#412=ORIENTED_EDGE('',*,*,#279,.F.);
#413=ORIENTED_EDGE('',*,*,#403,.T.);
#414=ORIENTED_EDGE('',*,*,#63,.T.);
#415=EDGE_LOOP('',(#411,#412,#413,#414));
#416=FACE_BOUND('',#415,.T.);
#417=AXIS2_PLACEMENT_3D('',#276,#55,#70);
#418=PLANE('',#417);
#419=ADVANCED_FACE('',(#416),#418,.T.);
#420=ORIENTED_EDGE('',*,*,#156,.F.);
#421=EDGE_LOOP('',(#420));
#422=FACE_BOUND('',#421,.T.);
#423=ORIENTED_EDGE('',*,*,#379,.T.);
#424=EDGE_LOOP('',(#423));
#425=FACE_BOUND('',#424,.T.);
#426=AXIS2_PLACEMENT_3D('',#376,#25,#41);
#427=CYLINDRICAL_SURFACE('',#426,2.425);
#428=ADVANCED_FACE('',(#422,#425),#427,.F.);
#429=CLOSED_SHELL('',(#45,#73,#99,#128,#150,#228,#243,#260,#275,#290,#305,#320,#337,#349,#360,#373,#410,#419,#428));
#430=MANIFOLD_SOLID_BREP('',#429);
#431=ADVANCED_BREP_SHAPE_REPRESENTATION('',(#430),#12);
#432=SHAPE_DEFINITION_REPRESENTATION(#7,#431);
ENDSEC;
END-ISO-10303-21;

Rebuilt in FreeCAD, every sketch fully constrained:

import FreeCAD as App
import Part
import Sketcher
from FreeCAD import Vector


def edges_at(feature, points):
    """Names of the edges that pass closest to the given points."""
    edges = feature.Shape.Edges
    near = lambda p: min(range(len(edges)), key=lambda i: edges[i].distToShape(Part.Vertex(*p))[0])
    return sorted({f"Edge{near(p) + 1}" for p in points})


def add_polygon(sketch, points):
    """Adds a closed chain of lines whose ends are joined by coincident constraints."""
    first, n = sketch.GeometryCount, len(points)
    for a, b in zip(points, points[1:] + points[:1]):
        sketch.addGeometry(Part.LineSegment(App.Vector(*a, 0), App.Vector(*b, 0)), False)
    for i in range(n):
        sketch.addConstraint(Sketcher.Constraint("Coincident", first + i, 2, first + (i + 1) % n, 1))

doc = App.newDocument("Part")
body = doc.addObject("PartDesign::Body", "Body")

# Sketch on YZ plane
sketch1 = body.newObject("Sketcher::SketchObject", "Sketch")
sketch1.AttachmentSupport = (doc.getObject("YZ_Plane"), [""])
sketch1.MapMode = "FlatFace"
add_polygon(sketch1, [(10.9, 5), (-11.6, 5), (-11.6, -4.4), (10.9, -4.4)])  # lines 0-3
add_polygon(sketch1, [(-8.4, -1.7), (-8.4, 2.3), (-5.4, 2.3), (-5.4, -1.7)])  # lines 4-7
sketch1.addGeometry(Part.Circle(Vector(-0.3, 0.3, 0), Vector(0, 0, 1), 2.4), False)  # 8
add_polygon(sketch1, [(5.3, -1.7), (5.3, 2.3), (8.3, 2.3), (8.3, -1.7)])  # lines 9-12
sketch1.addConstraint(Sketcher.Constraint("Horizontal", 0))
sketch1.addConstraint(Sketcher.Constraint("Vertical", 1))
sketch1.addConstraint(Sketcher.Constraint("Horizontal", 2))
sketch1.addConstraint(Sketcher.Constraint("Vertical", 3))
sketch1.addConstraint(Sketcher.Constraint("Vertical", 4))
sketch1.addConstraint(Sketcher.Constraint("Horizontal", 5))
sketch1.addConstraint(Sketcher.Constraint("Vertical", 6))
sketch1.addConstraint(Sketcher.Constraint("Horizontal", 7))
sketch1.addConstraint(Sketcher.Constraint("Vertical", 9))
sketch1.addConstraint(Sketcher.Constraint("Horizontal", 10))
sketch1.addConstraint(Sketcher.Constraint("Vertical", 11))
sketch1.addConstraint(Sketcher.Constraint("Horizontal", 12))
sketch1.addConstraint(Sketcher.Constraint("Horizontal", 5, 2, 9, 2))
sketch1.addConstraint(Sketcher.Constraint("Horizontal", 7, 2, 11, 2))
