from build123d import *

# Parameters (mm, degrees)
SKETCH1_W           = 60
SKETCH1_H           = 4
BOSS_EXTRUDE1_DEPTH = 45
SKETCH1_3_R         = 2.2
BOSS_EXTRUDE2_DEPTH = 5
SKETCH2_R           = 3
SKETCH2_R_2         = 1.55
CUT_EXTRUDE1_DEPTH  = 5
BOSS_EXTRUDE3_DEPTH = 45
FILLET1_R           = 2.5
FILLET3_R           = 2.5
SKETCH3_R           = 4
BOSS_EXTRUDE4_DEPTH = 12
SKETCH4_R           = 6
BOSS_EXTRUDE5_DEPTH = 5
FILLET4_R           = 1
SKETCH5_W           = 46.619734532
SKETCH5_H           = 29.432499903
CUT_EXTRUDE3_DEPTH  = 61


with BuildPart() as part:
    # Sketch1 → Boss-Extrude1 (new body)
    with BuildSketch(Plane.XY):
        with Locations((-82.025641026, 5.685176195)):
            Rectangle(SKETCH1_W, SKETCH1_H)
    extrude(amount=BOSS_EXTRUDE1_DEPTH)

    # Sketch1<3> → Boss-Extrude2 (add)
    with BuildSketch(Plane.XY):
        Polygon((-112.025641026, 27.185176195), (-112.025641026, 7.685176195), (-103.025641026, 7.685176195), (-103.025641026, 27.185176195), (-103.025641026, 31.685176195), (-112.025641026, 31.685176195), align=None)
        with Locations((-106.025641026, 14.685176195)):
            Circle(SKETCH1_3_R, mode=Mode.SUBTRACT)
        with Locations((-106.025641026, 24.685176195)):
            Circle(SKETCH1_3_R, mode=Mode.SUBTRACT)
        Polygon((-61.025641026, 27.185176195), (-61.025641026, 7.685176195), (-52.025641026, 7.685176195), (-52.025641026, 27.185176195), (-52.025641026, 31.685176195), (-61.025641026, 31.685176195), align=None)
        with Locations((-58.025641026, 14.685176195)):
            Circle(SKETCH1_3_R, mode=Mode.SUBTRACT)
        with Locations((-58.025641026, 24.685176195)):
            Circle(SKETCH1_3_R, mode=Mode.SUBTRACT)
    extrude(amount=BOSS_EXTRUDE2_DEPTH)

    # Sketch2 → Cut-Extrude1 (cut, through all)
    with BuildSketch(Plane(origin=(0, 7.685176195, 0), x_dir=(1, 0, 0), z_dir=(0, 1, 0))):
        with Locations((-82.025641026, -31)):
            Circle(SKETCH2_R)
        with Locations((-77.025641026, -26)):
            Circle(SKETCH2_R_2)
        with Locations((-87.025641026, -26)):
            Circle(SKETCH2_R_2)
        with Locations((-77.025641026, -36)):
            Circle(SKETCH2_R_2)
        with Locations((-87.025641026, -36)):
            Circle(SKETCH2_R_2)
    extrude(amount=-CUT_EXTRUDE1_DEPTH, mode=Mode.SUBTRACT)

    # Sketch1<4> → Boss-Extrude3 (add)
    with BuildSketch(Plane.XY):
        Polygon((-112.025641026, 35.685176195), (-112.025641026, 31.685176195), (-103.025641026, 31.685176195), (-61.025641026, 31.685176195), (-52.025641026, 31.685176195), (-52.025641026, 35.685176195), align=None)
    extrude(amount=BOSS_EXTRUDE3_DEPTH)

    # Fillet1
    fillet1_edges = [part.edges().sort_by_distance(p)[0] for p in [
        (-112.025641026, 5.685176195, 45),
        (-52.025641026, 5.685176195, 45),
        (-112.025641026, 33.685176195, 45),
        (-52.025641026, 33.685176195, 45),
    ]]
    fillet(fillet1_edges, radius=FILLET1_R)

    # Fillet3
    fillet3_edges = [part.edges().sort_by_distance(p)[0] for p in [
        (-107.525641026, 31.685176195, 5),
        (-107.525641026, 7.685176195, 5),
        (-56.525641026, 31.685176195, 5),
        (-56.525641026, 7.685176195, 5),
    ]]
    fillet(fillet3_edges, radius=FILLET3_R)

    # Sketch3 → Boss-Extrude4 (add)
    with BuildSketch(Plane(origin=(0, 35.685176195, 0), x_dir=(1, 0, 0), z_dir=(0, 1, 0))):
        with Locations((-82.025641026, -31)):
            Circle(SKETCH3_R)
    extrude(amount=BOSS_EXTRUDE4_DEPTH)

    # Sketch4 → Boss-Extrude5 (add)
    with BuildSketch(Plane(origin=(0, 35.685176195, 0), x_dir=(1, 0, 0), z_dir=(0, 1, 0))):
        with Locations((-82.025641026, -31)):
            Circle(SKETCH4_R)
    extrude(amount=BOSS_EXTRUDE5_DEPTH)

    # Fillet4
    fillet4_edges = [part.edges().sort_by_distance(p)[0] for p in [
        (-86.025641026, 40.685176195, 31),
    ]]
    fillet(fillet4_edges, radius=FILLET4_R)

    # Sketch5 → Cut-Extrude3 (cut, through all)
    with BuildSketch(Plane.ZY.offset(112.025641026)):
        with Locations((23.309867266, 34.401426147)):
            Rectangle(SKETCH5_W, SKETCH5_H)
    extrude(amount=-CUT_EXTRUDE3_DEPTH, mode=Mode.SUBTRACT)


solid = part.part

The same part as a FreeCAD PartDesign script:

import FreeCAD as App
import Part
import Sketcher
from FreeCAD import Vector


def edges_at(feature, points):
    """Names of the edges that pass closest to the given points."""
    edges = feature.Shape.Edges
    near = lambda p: min(range(len(edges)), key=lambda i: edges[i].distToShape(Part.Vertex(*p))[0])
    return sorted({f"Edge{near(p) + 1}" for p in points})


def add_polygon(sketch, points):
    """Adds a closed chain of lines whose ends are joined by coincident constraints."""
    first, n = sketch.GeometryCount, len(points)
    for a, b in zip(points, points[1:] + points[:1]):
        sketch.addGeometry(Part.LineSegment(App.Vector(*a, 0), App.Vector(*b, 0)), False)
    for i in range(n):
        sketch.addConstraint(Sketcher.Constraint("Coincident", first + i, 2, first + (i + 1) % n, 1))

doc = App.newDocument("Part")
body = doc.addObject("PartDesign::Body", "Body")

# Sketch on XY plane
sketch1 = doc.addObject("Sketcher::SketchObject", "Sketch")
body.addObject(sketch1)
sketch1.AttachmentSupport = (doc.XY_Plane, [""])
sketch1.MapMode = "FlatFace"
add_polygon(sketch1, [(-112.025641, 7.685176), (-112.025641, 3.685176), (-52.025641, 3.685176), (-52.025641, 7.685176)])  # lines 0-3
sketch1.addConstraint([
    Sketcher.Constraint("Vertical", 0),
    Sketcher.Constraint("Horizontal", 1),
    Sketcher.Constraint("Vertical", 2),
    Sketcher.Constraint("Horizontal", 3),
    Sketcher.Constraint("DistanceX", 1, 1, 1, 2, 60.0),
    Sketcher.Constraint("DistanceY", 0, 2, 0, 1, 4.0),
    Sketcher.Constraint("DistanceX", 0, 2, -1, 1, 112.025641),
    Sketcher.Constraint("DistanceY", -1, 1, 0, 2, 3.685176),
])
pad1 = doc.addObject("PartDesign::Pad", "Pad")
body.addObject(pad1)
pad1.Profile = sketch1
pad1.Length = 45

# Sketch on XY plane
sketch2 = doc.addObject("Sketcher::SketchObject", "Sketch001")
body.addObject(sketch2)
sketch2.AttachmentSupport = (doc.XY_Plane, [""])
sketch2.MapMode = "FlatFace"
add_polygon(sketch2, [(-112.025641, 7.685176), (-103.025641, 7.685176), (-103.025641, 31.685176), (-112.025641, 31.685176)])  # lines 0-3
sketch2.addGeometry(Part.Circle(Vector(-106.025641, 14.685176, 0), Vector(0, 0, 1), 2.2), False)  # 4
sketch2.addGeometry(Part.Circle(Vector(-106.025641, 24.685176, 0), Vector(0, 0, 1), 2.2), False)  # 5
add_polygon(sketch2, [(-61.025641, 7.685176), (-52.025641, 7.685176), (-52.025641, 31.685176), (-61.025641, 31.685176)])  # lines 6-9
sketch2.addGeometry(Part.Circle(Vector(-58.025641, 14.685176, 0), Vector(0, 0, 1), 2.2), False)  # 10
sketch2.addGeometry(Part.Circle(Vector(-58.025641, 24.685176, 0), Vector(0, 0, 1), 2.2), False)  # 11
sketch2.addConstraint([
    Sketcher.Constraint("Horizontal", 0),
    Sketcher.Constraint("Vertical", 1),
    Sketcher.Constraint("Horizontal", 2),
    Sketcher.Constraint("Vertical", 3),
    Sketcher.Constraint("Horizontal", 6),
    Sketcher.Constraint("Vertical", 7),
    Sketcher.Constraint("Horizontal", 8),
    Sketcher.Constraint("Vertical", 9),
    Sketcher.Constraint("Equal", 4, 5),
    Sketcher.Constraint("Equal", 5, 10),
    Sketcher.Constraint("Equal", 10, 11),
    Sketcher.Constraint("Horizontal", 4, 3, 10, 3),
    Sketcher.Constraint("Horizontal", 5, 3, 11, 3),
    Sketcher.Constraint("Horizontal", 3, 2, 6, 2),
    Sketcher.Constraint("Horizontal", 2, 2, 7, 2),
    Sketcher.Constraint("Vertical", 4, 3, 5, 3),
    Sketcher.Constraint("Vertical", 10, 3, 11, 3),
    Sketcher.Constraint("Equal", 2, 6),
    Sketcher.Constraint("Diameter", 4, 4.4),
    Sketcher.Constraint("DistanceX", 0, 1, 0, 2, 9.0),
    Sketcher.Constraint("DistanceY", 1, 1, 1, 2, 24.0),
    Sketcher.Constraint("DistanceY", 4, 3, 5, 3, 10.0),
    Sketcher.Constraint("DistanceX", 4, 3, 10, 3, 48.0),
    Sketcher.Constraint("DistanceX", 4, 3, 0, 2, 3.0),
    Sketcher.Constraint("DistanceY", 0, 2, 4, 3, 7.0),
    Sketcher.Constraint("DistanceX", 10, 3, 6, 2, 6.0),
    Sketcher.Constraint("DistanceX", 4, 3, -1, 1, 106.025641),
    Sketcher.Constraint("DistanceY", -1, 1, 4, 3, 14.685176),
])
pad2 = doc.addObject("PartDesign::Pad", "Pad001")
body.addObject(pad2)
pad2.Profile = sketch2
pad2.Length = 5

# Sketch on XZ plane
sketch3 = doc.addObject("Sketcher::SketchObject", "Sketch002")
body.addObject(sketch3)
sketch3.AttachmentSupport = (doc.XZ_Plane, [""])
sketch3.MapMode = "FlatFace"
sketch3.AttachmentOffset = App.Placement(Vector(0, 0, -7.685176), App.Rotation())
sketch3.addGeometry([
    Part.Circle(Vector(-82.025641, 31, 0), Vector(0, 0, 1), 3),  # 0
    Part.Circle(Vector(-77.025641, 26, 0), Vector(0, 0, 1), 1.55),  # 1
    Part.Circle(Vector(-87.025641, 26, 0), Vector(0, 0, 1), 1.55),  # 2
    Part.Circle(Vector(-77.025641, 36, 0), Vector(0, 0, 1), 1.55),  # 3
    Part.Circle(Vector(-87.025641, 36, 0), Vector(0, 0, 1), 1.55),  # 4
], False)
sketch3.addConstraint([
    Sketcher.Constraint("Equal", 1, 2),
    Sketcher.Constraint("Equal", 2, 3),
    Sketcher.Constraint("Equal", 3, 4),
    Sketcher.Constraint("Horizontal", 1, 3, 2, 3),
    Sketcher.Constraint("Horizontal", 3, 3, 4, 3),
    Sketcher.Constraint("Vertical", 1, 3, 3, 3),
    Sketcher.Constraint("Vertical", 2, 3, 4, 3),
    Sketcher.Constraint("Diameter", 0, 6.0),
    Sketcher.Constraint("Diameter", 1, 3.1),
    Sketcher.Constraint("DistanceY", -1, 1, 0, 3, 31.0),
    Sketcher.Constraint("DistanceY", -1, 1, 1, 3, 26.0),
    Sketcher.Constraint("DistanceY", -1, 1, 3, 3, 36.0),
    Sketcher.Constraint("DistanceX", 0, 3, 1, 3, 5.0),
    Sketcher.Constraint("DistanceX", 2, 3, 0, 3, 5.0),
    Sketcher.Constraint("DistanceX", 0, 3, -1, 1, 82.025641),
])
pocket1 = doc.addObject("PartDesign::Pocket", "Pocket")
body.addObject(pocket1)
pocket1.Profile = sketch3
pocket1.Type = "ThroughAll"
pocket1.Reversed = True

# Sketch on XY plane
sketch4 = doc.addObject("Sketcher::SketchObject", "Sketch003")
body.addObject(sketch4)
sketch4.AttachmentSupport = (doc.XY_Plane, [""])
sketch4.MapMode = "FlatFace"
add_polygon(sketch4, [(-112.025641, 35.685176), (-112.025641, 31.685176), (-52.025641, 31.685176), (-52.025641, 35.685176)])  # lines 0-3
sketch4.addConstraint([
    Sketcher.Constraint("Vertical", 0),
    Sketcher.Constraint("Horizontal", 1),
    Sketcher.Constraint("Vertical", 2),
    Sketcher.Constraint("Horizontal", 3),
    Sketcher.Constraint("DistanceX", 1, 1, 1, 2, 60.0),
    Sketcher.Constraint("DistanceY", 0, 2, 0, 1, 4.0),
    Sketcher.Constraint("DistanceX", 0, 2, -1, 1, 112.025641),
    Sketcher.Constraint("DistanceY", -1, 1, 0, 2, 31.685176),
])
pad3 = doc.addObject("PartDesign::Pad", "Pad002")
body.addObject(pad3)
pad3.Profile = sketch4
pad3.Length = 45
doc.recompute()

fillet = doc.addObject("PartDesign::Fillet", "Fillet")
body.addObject(fillet)
fillet.Base = (pad3, edges_at(pad3, [
    (-112.026, 5.685, 45),
    (-52.026, 5.685, 45),
    (-112.026, 33.685, 45),
    (-52.026, 33.685, 45),
]))
fillet.Radius = 2.5
doc.recompute()

fillet2 = doc.addObject("PartDesign::Fillet", "Fillet001")
body.addObject(fillet2)
fillet2.Base = (fillet, edges_at(fillet, [
    (-107.526, 31.685, 5),
    (-107.526, 7.685, 5),
    (-56.526, 31.685, 5),
    (-56.526, 7.685, 5),
]))
fillet2.Radius = 2.5

# Sketch on XZ plane
sketch5 = doc.addObject("Sketcher::SketchObject", "Sketch004")
body.addObject(sketch5)
sketch5.AttachmentSupport = (doc.XZ_Plane, [""])
sketch5.MapMode = "FlatFace"
sketch5.AttachmentOffset = App.Placement(Vector(0, 0, -35.685176), App.Rotation())
sketch5.addGeometry(Part.Circle(Vector(-82.025641, 31, 0), Vector(0, 0, 1), 4), False)
sketch5.addConstraint([
    Sketcher.Constraint("Diameter", 0, 8.0),
    Sketcher.Constraint("DistanceY", -1, 1, 0, 3, 31.0),
    Sketcher.Constraint("DistanceX", 0, 3, -1, 1, 82.025641),
])
pad4 = doc.addObject("PartDesign::Pad", "Pad003")
body.addObject(pad4)
pad4.Profile = sketch5
pad4.Length = 12
pad4.Reversed = True

# Sketch on XZ plane
sketch6 = doc.addObject("Sketcher::SketchObject", "Sketch005")
body.addObject(sketch6)
sketch6.AttachmentSupport = (doc.XZ_Plane, [""])
sketch6.MapMode = "FlatFace"
sketch6.AttachmentOffset = App.Placement(Vector(0, 0, -35.685176), App.Rotation())
sketch6.addGeometry(Part.Circle(Vector(-82.025641, 31, 0), Vector(0, 0, 1), 6), False)
sketch6.addConstraint([
    Sketcher.Constraint("Diameter", 0, 12.0),
    Sketcher.Constraint("DistanceY", -1, 1, 0, 3, 31.0),
    Sketcher.Constraint("DistanceX", 0, 3, -1, 1, 82.025641),
])
pad5 = doc.addObject("PartDesign::Pad", "Pad004")
body.addObject(pad5)
pad5.Profile = sketch6
pad5.Length = 5
pad5.Reversed = True
doc.recompute()

fillet3 = doc.addObject("PartDesign::Fillet", "Fillet002")
body.addObject(fillet3)
fillet3.Base = (pad5, edges_at(pad5, [(-86.026, 40.685, 31)]))
fillet3.Radius = 1

# Sketch on YZ plane
sketch7 = doc.addObject("Sketcher::SketchObject", "Sketch006")
body.addObject(sketch7)
sketch7.AttachmentSupport = (doc.YZ_Plane, [""])
sketch7.MapMode = "FlatFace"
sketch7.AttachmentOffset = App.Placement(Vector(0, 0, -112.025641), App.Rotation())
add_polygon(sketch7, [(49.117676, 0), (19.685176, 0), (19.685176, 46.619735), (49.117676, 46.619735)])  # lines 0-3
sketch7.addConstraint([
    Sketcher.Constraint("Horizontal", 0),
    Sketcher.Constraint("Vertical", 1),
    Sketcher.Constraint("Horizontal", 2),
    Sketcher.Constraint("Vertical", 3),
    Sketcher.Constraint("PointOnObject", 0, 2, -1),
    Sketcher.Constraint("DistanceX", 0, 2, 0, 1, 29.4325),
    Sketcher.Constraint("DistanceY", 1, 1, 1, 2, 46.619735),
    Sketcher.Constraint("DistanceX", -1, 1, 0, 2, 19.685176),
])
pocket2 = doc.addObject("PartDesign::Pocket", "Pocket001")
body.addObject(pocket2)
pocket2.Profile = sketch7
pocket2.Type = "ThroughAll"
pocket2.Reversed = True

doc.recompute()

* [INSTRUCTIONS FOR THE TASK]
Here the job is to set down exactly the lines of the material above that fall between the one with "# lines 4-7" and the one with "# Sketch1<3> → Boss-Extrude2 (add)", inclusive, and nothing beyond them.

* [EXERCISE RESULT]
add_polygon(sketch1, [(-8.4, -1.7), (-8.4, 2.3), (-5.4, 2.3), (-5.4, -1.7)])  # lines 4-7
sketch1.addGeometry(Part.Circle(Vector(-0.3, 0.3, 0), Vector(0, 0, 1), 2.4), False)  # 8
add_polygon(sketch1, [(5.3, -1.7), (5.3, 2.3), (8.3, 2.3), (8.3, -1.7)])  # lines 9-12
sketch1.addConstraint(Sketcher.Constraint("Horizontal", 0))
sketch1.addConstraint(Sketcher.Constraint("Vertical", 1))
sketch1.addConstraint(Sketcher.Constraint("Horizontal", 2))
sketch1.addConstraint(Sketcher.Constraint("Vertical", 3))
sketch1.addConstraint(Sketcher.Constraint("Vertical", 4))
sketch1.addConstraint(Sketcher.Constraint("Horizontal", 5))
sketch1.addConstraint(Sketcher.Constraint("Vertical", 6))
sketch1.addConstraint(Sketcher.Constraint("Horizontal", 7))
sketch1.addConstraint(Sketcher.Constraint("Vertical", 9))
sketch1.addConstraint(Sketcher.Constraint("Horizontal", 10))
sketch1.addConstraint(Sketcher.Constraint("Vertical", 11))
sketch1.addConstraint(Sketcher.Constraint("Horizontal", 12))
sketch1.addConstraint(Sketcher.Constraint("Horizontal", 5, 2, 9, 2))
sketch1.addConstraint(Sketcher.Constraint("Horizontal", 7, 2, 11, 2))
from build123d import *

# Parameters (mm, degrees)
SKETCH1_W           = 60
SKETCH1_H           = 4
BOSS_EXTRUDE1_DEPTH = 45
SKETCH1_3_R         = 2.2
BOSS_EXTRUDE2_DEPTH = 5
SKETCH2_R           = 3
SKETCH2_R_2         = 1.55
CUT_EXTRUDE1_DEPTH  = 5
BOSS_EXTRUDE3_DEPTH = 45
FILLET1_R           = 2.5
FILLET3_R           = 2.5
SKETCH3_R           = 4
BOSS_EXTRUDE4_DEPTH = 12
SKETCH4_R           = 6
BOSS_EXTRUDE5_DEPTH = 5
FILLET4_R           = 1
SKETCH5_W           = 46.619734532
SKETCH5_H           = 29.432499903
CUT_EXTRUDE3_DEPTH  = 61


with BuildPart() as part:
    # Sketch1 → Boss-Extrude1 (new body)
    with BuildSketch(Plane.XY):
        with Locations((-82.025641026, 5.685176195)):
            Rectangle(SKETCH1_W, SKETCH1_H)
    extrude(amount=BOSS_EXTRUDE1_DEPTH)

    # Sketch1<3> → Boss-Extrude2 (add)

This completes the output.